“Who ya gonna call?” “CODEBUSTERS”

No.

But the metaphor of Ghostbusters crossing the streams was inversely appropriate to a little bit of code action over the holidays (of which the actual action was nil).

But this was fun.

This nice tweet from John Johnston (who spawned the idea) reminded me of a WordPress plugin I had made

The WP Posted Today plugin is meant to offer a short code you can put on a site and it will list all previous posts on the current calendar day (this of course is useful if you actually still blog regularly) (cough) (cough).

Just for grins I checked the page where I use my own plugin. Yikes. Red Alert. It displayed all the ones for December 29 in years past, but the part where it should list how many there were was blank.

Red arrow points to missing number where the page output reads "There are posts previously published on December 29th"

I dug into my own code… and found myself a bit lost. Crossed.

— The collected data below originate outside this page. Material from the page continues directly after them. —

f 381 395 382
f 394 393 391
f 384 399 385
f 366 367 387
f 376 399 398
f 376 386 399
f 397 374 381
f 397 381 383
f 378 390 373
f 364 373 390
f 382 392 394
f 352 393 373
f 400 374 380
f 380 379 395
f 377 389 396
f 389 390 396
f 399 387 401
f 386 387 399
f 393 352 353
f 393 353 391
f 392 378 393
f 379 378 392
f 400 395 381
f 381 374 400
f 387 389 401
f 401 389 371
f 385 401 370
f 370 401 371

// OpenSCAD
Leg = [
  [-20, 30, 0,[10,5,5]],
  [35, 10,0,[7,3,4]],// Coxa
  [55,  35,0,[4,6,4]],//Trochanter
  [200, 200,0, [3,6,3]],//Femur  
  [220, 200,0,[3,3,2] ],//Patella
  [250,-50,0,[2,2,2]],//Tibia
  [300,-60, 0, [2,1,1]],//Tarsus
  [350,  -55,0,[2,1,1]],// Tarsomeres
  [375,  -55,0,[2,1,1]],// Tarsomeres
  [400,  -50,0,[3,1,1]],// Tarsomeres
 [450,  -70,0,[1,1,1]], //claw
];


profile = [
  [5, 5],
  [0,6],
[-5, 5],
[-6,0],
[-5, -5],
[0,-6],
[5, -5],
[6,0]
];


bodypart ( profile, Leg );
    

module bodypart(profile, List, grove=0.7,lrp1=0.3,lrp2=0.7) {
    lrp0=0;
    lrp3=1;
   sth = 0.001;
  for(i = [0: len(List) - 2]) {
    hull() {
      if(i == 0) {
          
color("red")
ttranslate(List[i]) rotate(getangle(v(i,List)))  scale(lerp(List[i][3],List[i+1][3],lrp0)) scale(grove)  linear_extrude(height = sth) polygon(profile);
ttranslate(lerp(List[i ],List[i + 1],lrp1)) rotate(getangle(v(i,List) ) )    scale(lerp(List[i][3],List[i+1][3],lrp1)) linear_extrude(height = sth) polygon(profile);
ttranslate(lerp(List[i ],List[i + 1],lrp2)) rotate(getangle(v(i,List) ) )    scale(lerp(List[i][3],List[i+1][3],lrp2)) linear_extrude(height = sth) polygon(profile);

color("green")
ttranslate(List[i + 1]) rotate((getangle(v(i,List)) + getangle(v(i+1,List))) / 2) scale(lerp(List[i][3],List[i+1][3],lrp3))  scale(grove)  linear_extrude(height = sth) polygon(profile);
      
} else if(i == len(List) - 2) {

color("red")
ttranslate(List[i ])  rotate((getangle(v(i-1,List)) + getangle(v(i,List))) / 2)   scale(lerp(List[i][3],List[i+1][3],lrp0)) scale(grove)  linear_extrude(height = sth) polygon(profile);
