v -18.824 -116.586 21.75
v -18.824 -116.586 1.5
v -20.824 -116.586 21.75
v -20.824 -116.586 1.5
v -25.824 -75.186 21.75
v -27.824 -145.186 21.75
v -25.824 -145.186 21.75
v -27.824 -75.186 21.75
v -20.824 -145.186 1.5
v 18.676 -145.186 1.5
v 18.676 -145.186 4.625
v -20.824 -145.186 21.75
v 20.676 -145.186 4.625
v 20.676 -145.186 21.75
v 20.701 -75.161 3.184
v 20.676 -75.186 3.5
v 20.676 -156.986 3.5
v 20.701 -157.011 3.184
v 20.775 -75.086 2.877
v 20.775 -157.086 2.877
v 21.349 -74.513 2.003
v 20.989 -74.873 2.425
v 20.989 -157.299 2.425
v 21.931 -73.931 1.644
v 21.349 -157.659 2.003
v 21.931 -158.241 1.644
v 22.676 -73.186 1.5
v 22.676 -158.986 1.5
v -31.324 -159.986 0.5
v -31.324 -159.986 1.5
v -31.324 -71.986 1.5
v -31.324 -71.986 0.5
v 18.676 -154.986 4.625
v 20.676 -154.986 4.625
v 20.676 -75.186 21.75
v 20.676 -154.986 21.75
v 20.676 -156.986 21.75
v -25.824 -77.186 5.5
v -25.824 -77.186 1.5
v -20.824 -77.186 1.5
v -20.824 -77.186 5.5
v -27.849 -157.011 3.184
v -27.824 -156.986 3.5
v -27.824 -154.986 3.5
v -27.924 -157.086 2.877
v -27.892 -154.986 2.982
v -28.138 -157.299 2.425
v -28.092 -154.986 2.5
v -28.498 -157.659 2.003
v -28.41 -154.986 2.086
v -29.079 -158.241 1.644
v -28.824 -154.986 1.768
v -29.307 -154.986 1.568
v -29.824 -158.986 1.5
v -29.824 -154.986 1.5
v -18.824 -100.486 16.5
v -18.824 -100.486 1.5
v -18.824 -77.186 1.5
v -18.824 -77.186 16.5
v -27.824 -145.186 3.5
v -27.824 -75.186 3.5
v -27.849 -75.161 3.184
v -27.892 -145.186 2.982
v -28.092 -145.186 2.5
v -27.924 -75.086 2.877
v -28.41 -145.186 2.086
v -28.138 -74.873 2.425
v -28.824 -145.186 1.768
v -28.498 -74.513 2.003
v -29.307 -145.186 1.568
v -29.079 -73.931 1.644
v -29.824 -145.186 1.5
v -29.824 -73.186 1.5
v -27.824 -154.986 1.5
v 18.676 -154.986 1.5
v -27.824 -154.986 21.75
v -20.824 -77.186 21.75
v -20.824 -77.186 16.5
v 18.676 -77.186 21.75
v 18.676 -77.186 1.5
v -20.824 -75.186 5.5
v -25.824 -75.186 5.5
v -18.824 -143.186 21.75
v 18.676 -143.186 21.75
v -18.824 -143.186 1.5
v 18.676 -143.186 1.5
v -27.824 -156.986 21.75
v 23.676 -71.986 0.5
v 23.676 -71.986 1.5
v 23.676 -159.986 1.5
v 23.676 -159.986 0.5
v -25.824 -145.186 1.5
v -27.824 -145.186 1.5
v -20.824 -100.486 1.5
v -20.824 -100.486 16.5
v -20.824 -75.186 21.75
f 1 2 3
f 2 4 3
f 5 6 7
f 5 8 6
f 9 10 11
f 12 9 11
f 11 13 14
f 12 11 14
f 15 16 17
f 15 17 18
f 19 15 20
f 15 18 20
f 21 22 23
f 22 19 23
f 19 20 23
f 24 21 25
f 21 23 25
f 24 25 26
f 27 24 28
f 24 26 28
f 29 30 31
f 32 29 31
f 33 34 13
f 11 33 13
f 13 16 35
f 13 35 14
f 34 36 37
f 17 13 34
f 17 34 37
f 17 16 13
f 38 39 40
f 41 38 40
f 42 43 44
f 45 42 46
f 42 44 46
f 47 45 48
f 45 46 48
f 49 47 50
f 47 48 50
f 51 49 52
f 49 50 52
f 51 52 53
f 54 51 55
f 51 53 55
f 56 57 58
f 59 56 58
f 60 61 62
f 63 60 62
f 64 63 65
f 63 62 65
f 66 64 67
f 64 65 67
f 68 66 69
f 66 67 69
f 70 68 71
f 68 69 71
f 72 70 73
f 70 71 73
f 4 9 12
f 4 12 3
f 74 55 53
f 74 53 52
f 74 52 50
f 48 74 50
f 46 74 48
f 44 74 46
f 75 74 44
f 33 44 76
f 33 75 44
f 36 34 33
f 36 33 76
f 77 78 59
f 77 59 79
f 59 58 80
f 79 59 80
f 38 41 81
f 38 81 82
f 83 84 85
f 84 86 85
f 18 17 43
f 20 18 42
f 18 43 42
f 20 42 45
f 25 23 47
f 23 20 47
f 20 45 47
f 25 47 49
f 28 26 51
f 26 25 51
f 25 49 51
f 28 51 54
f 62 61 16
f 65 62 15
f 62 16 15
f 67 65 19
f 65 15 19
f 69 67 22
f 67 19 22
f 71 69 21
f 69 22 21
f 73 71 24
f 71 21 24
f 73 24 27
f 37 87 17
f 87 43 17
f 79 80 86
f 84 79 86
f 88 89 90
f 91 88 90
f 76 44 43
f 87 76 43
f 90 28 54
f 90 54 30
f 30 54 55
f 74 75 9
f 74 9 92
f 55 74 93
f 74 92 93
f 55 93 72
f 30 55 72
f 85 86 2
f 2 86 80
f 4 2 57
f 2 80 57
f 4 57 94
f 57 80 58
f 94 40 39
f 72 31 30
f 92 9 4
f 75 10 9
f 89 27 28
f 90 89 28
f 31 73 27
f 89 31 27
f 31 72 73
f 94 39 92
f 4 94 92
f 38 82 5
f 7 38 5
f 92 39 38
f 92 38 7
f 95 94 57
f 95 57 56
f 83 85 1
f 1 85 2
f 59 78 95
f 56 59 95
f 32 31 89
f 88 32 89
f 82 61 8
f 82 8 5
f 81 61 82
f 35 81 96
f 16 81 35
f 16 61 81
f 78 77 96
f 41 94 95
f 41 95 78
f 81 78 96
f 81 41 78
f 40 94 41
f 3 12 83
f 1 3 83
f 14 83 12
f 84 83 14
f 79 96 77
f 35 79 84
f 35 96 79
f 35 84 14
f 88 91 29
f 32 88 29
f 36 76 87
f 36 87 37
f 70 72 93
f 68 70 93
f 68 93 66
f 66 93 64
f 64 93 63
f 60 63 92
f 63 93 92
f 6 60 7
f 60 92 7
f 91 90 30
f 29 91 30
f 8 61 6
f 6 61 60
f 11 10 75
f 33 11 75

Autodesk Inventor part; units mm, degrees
ref_plane "YZ Plane" through (0, 0, 0) normal (1, 0, 0) x (0, 1, 0)
ref_plane "XZ Plane" through (0, 0, 0) normal (0, 1, 0) x (-1, 0, 0)
ref_plane "Plano de trabajo1" through (0, 0, 0) normal (0, 0, 1) x (1, 0, 0)
sketch "Boceto1" plane through (0, 0, 0) normal (0, 0, 1) x (1, 0, 0)
  line L0 (0.4509, -110.4895) -> (0.451, -110.4898) projected
  line L1 (0.4512, -110.4895) -> (0.4509, -110.4895) projected
  line L2 (-0.0742, -109.5793) -> (0.4512, -110.4895) projected
  line L3 (-0.5999, -110.4893) -> (0.1885, -110.0344)
  line L4 (0.4512, -110.4895) -> (-0.3337, -110.0363)
  line L5 (0.4512, -110.4895) -> (-0.5999, -110.4895)
  line L6 (-0.5999, -110.4895) -> (-0.0743, -109.5792)
  line L7 (-0.0743, -109.5792) -> (0.4512, -110.4895)
  line L8 (-95.0743, -55.3377) -> (94.9257, -55.3377)
  line L9 (94.9257, -55.3377) -> (-0.0743, -219.8826)
  line L10 (-0.0743, -219.8826) -> (-95.0743, -55.3377)
  point P0 (0, 0)
  point P1 (-0.0743, -110.186)
  point P2 (-0.0743, -110.186)
  point P3 (0.1885, -110.0344)
  dimension "d0" = 190
extrude "Extrusión1" add sketch "Boceto1" along normal blind 1.5 contours L2 L3 L6 | L2 L4 L3 | L3 L4 L5 | L8 L9 L10
fillet "Empalme1" radius 30 3 edges at (-95.0743, -55.3377, 0.75) (94.9257, -55.3377, 0.75) (-0.0743, -219.8826, 0.75)
sketch "Boceto2" plane through (0, 0, 1.5) normal (0, 0, 1) x (1, 0, 0)
  line L0 (25.9064, -174.8826) -> (68.9449, -100.3377) projected
  line L1 (42.9642, -55.3377) -> (-43.1128, -55.3377) projected
  line L2 (-69.0936, -100.3377) -> (-26.0551, -174.8826) projected
  line L3 (0.4512, -110.4895) -> (0.1885, -110.0344) projected
  line L4 (0.1885, -110.0344) -> (0.1885, -110.0344) projected
  line L5 (0.1885, -110.0344) -> (0.4512, -110.4895) projected
  line L6 (-0.0743, -219.8826) -> (94.9257, -55.3377) projected
  line L7 (-0.0743, -219.8826) -> (-0.0743, -55.3377)
  line L8 (-18.8243, -77.186) -> (18.6757, -77.186)
  line L9 (18.6757, -77.186) -> (18.6757, -143.186)
  line L10 (18.6757, -143.186) -> (-18.8243, -143.186)
  line L11 (-18.8243, -143.186) -> (-18.8243, -77.186)
  line L12 (-18.8243, -77.186) -> (18.6757, -143.186) construction
  line L13 (18.6757, -77.186) -> (-18.8243, -143.186) construction
  line L14 (-20.8243, -75.186) -> (20.6757, -75.186)
  line L15 (20.6757, -75.186) -> (20.6757, -145.186)
  line L16 (20.6757, -145.186) -> (-20.8243, -145.186)
  line L17 (-20.8243, -145.186) -> (-20.8243, -75.186)
  line L18 (94.9257, -55.3377) -> (57.0834, -77.186)
  arc A0 (-26.0551, -174.8826) -> (25.9064, -174.8826) centre (-0.0743, -159.8826) ccw projected
  arc A1 (68.9449, -100.3377) -> (42.9642, -55.3377) centre (42.9642, -85.3377) ccw projected
  arc A2 (-43.1128, -55.3377) -> (-69.0936, -100.3377) centre (-43.1128, -85.3377) ccw projected
  point P0 (0, 0)
  dimension "d4" = 37.5
  dimension "d5" = 66
  dimension "d6" = 2
extrude "Extrusión2" add sketch "Boceto2" along normal blind 20.25 contours L16 L17 L14 L7 L8 L11 L10 | L7 L10 L9 L8 L14 L15 L16
sketch "Boceto3" plane through (-20.8243, -145.186, 21.75) normal (-1, 0, 0) x (0, 0, 1)
  line L0 (-20.25, 0) -> (0, 0) projected
  line L1 (0, 70) -> (0, 0) projected
  line L2 (-20.25, 70) -> (0, 70) projected
  line L3 (0, 70) -> (-18.05, 70)
  line L4 (-18.05, 70) -> (-18.05, 44.7)
  line L5 (-18.05, 44.7) -> (0, 44.7)
  line L6 (0, 44.7) -> (0, 70)
  line L7 (-20.25, 0) -> (-20.25, 70) projected
  line L8 (0, 0) -> (-17, 0)
  line L9 (-17, 0) -> (-17, 28.6)
  line L10 (-17, 28.6) -> (0, 28.6)
  line L11 (0, 28.6) -> (0, 0)
  line L12 (-18.05, 44.7) -> (-20.25, 44.7)
  line L13 (-17, 28.6) -> (-20.25, 28.6)
  point P0 (-21.75, 145.186)
  point P1 (0, 28.6)
  point P2 (0, 44.7)
  dimension "d10" = 18.05
  dimension "d11" = 25.3
  dimension "d12" = 17
  dimension "d13" = 28.6
sketch "Boceto4" plane through (0, 0, 1.5) normal (0, 0, 1) x (1, 0, 0)
  line L0 (20.6757, -145.186) -> (20.6757, -75.186) projected
  line L1 (20.6757, -75.186) -> (-20.8243, -75.186) projected
  line L2 (-20.8243, -75.186) -> (-20.8243, -145.186) projected
  line L3 (-20.8243, -145.186) -> (20.6757, -145.186) projected
  line L4 (18.6757, -143.186) -> (-18.8243, -143.186) projected
  line L5 (-18.8243, -143.186) -> (-18.8243, -77.186) projected
  line L6 (-18.8243, -77.186) -> (18.6757, -77.186) projected
  line L7 (18.6757, -77.186) -> (18.6757, -143.186) projected
  line L8 (-25.8243, -75.186) -> (-25.8243, -145.186)
  line L9 (-25.8243, -75.186) -> (-27.8243, -75.186)
  line L10 (-27.8243, -75.186) -> (-27.8243, -156.986)
  line L11 (-27.8243, -145.186) -> (-25.8243, -145.186)
  line L12 (-20.8243, -154.986) -> (-20.8243, -156.986)
  line L13 (-20.8243, -156.986) -> (20.6757, -156.986)
  line L14 (20.6757, -156.986) -> (20.6757, -154.986)
  line L15 (20.6757, -154.986) -> (-20.8243, -154.986)
  line L16 (-20.8243, -156.986) -> (-27.8243, -156.986)
  line L17 (-25.8243, -145.186) -> (-25.8243, -154.986)
  line L18 (-25.8243, -154.986) -> (-20.8243, -154.986)
  line L19 (20.6757, -145.186) -> (20.6757, -154.986)
  line L20 (20.6757, -145.186) -> (18.6757, -145.186)
  line L21 (18.6757, -145.186) -> (18.6757, -154.986)
  line L22 (-20.8243, -75.186) -> (-25.8243, -75.186)
  line L23 (-20.8243, -75.186) -> (-20.8243, -77.186)
  line L24 (-20.8243, -77.186) -> (-25.8243, -77.186)
  point P0 (0, 0)
  dimension "d19" = 2
  dimension "d22" = 2
  dimension "d23" = 2
extrude "Extrusión3" add sketch "Boceto4" along normal blind 20.25 contours L19 L15 L21 L3 | L14 L13 L12 L15 | L2 L24 L8 L22 | L8 L11 L10 L9 | L12 L16 L10 L11 L17 L18
extrude "Extrusión4" cut sketch "Boceto3" against normal up to surface (2 mm away) contours L7 L12 L5 L1 L10 L13
sketch "Boceto5" plane through (-20.8243, -77.186, 1.5) normal (-1, 0, 0) x (0, 0, 1)
  line L0 (0, 0) -> (15, 0)
  line L1 (15, 0) -> (15, -23.3)
  line L2 (15, -23.3) -> (0, -23.3)
  line L3 (0, -23.3) -> (0, 0)
  line L4 (0, -23.3) -> (20.25, -23.3) projected
  line L5 (20.25, 0) -> (20.25, -23.3) projected
  line L6 (20.25, 0) -> (0, 0) projected
  line L7 (0, -23.3) -> (0, 0) projected
  point P0 (-1.5, 77.186)
  point P1 (15, -23.3)
  dimension "d26" = 15
  dimension "d27" = 23.3
extrude "Extrusión5" cut sketch "Boceto5" against normal up to surface (2 mm away) contours L6 L5 L4 L1
sketch "Boceto6" plane through (-25.8243, -154.986, 1.5) normal (1, 0, 0) x (0, 0, -1)
  line L0 (0, 9.8) -> (-20.25, 9.8) projected
  line L1 (0, 77.8) -> (0, 0) projected
  line L2 (0, 77.8) -> (-20.25, 77.8) projected
  line L3 (-20.25, 0) -> (-20.25, 77.8) projected
  line L4 (0, 0) -> (-20.25, 0) projected
  line L5 (0, 0) -> (-11.6, 0)
  line L6 (-11.6, 0) -> (-11.6, 9.8)
  line L7 (-11.6, 9.8) -> (0, 9.8)
  line L8 (0, 9.8) -> (0, 0)
  point P0 (1.5, 154.986)
  dimension "d30" = 11.6
extrude "Extrusión6" cut sketch "Boceto6" against normal up to surface (2 mm away) contours L1 L4 L6 L0 | L6 L4 L3 L0
sketch "Boceto7" plane through (-18.8243, -77.186, 1.5) normal (0, -1, 0) x (1, 0, 0)
  line L0 (-2, 0) -> (-7, 0) projected
  line L1 (-2, 15) -> (-2, 0) projected
  line L2 (-2, 15) -> (0, 15) projected
  line L3 (0, 0) -> (0, 15) projected
  line L4 (37.5, 0) -> (0, 0) projected
  line L5 (37.5, 0) -> (37.5, 20.25) projected
  line L6 (-7, 20.25) -> (37.5, 20.25) projected
  line L7 (-7, 0) -> (-7, 20.25) projected
  line L8 (-2, 15) -> (-2, 20.25)
  line L9 (-7, 0) -> (-2, 0)
  line L10 (-2, 0) -> (-2, 4)
  line L11 (-2, 4) -> (-7, 4)
  line L12 (-7, 4) -> (-7, 0)
  point P0 (18.8243, -1.5)
  point P1 (-7, 4)
  dimension "d35" = 4
extrude "Extrusión7" cut sketch "Boceto7" against normal up to surface (2 mm away) contours L11 L7 L6 L8 L1
ref_plane "Plano de trabajo2" through (0, 0, 1.5) normal (0, 0, 1) x (1, 0, 0)
split "Dividir1" plane through (0, 0, 1.5) removes the side toward (0, 0, -1)
sketch "Boceto8" plane through (20.6757, -156.986, 1.5) normal (0, 0, -1) x (-1, 0, 0)
  line L0 (48.5, 0) -> (0, 0) projected
  line L1 (24.2796, 40.9499) -> (48.5, 0)
  line L2 (48.5, 81.8) -> (48.5, 11.8) projected
  line L3 (0, 0) -> (0, 81.8) projected
  line L4 (24.2796, 40.9499) -> (0, 0)
  point P0 (20.6757, 156.986)
ref_plane "Plano de trabajo3" through (-3.5743, -110.9343, 1.5) normal (0, 0, 1) x (1, 0, 0)
sketch "Boceto9" plane through (20.6757, -156.986, 21.75) normal (1, 0, 0) x (0, 0, -1)
  line L0 (20.25, 81.8) -> (20.25, 0) projected
  line L1 (20.25, 81.8) -> (0, 81.8) projected
  line L2 (0, 0) -> (0, 81.8) projected
  line L3 (20.25, 0) -> (0, 0) projected
  line L4 (20.25, 2) -> (20.25, 11.8) projected
  line L5 (20.25, 2) -> (0, 2) projected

I was not even sure where I got the sprintf functions (John’s original code?) that were aimed to be compatible if anyone every wanted a language translation (maybe, or it’s just that thing when people code things differently).

Taking the path of least resistance, I took out the code where I think the problem was occurring and did it a more simple, but brute force way.

And it worked.

So I updated the version on GitHub and felt at peace with the world. In the off chance someone stumbled into my little corner of code, they would find something that works (or should work).

And then (here comes a stream crossing) Michael Hanscom @djwudi — someone I don’t think I’ve ever communicated with — tweets that he had seen pretty much the same bug and offered a fix.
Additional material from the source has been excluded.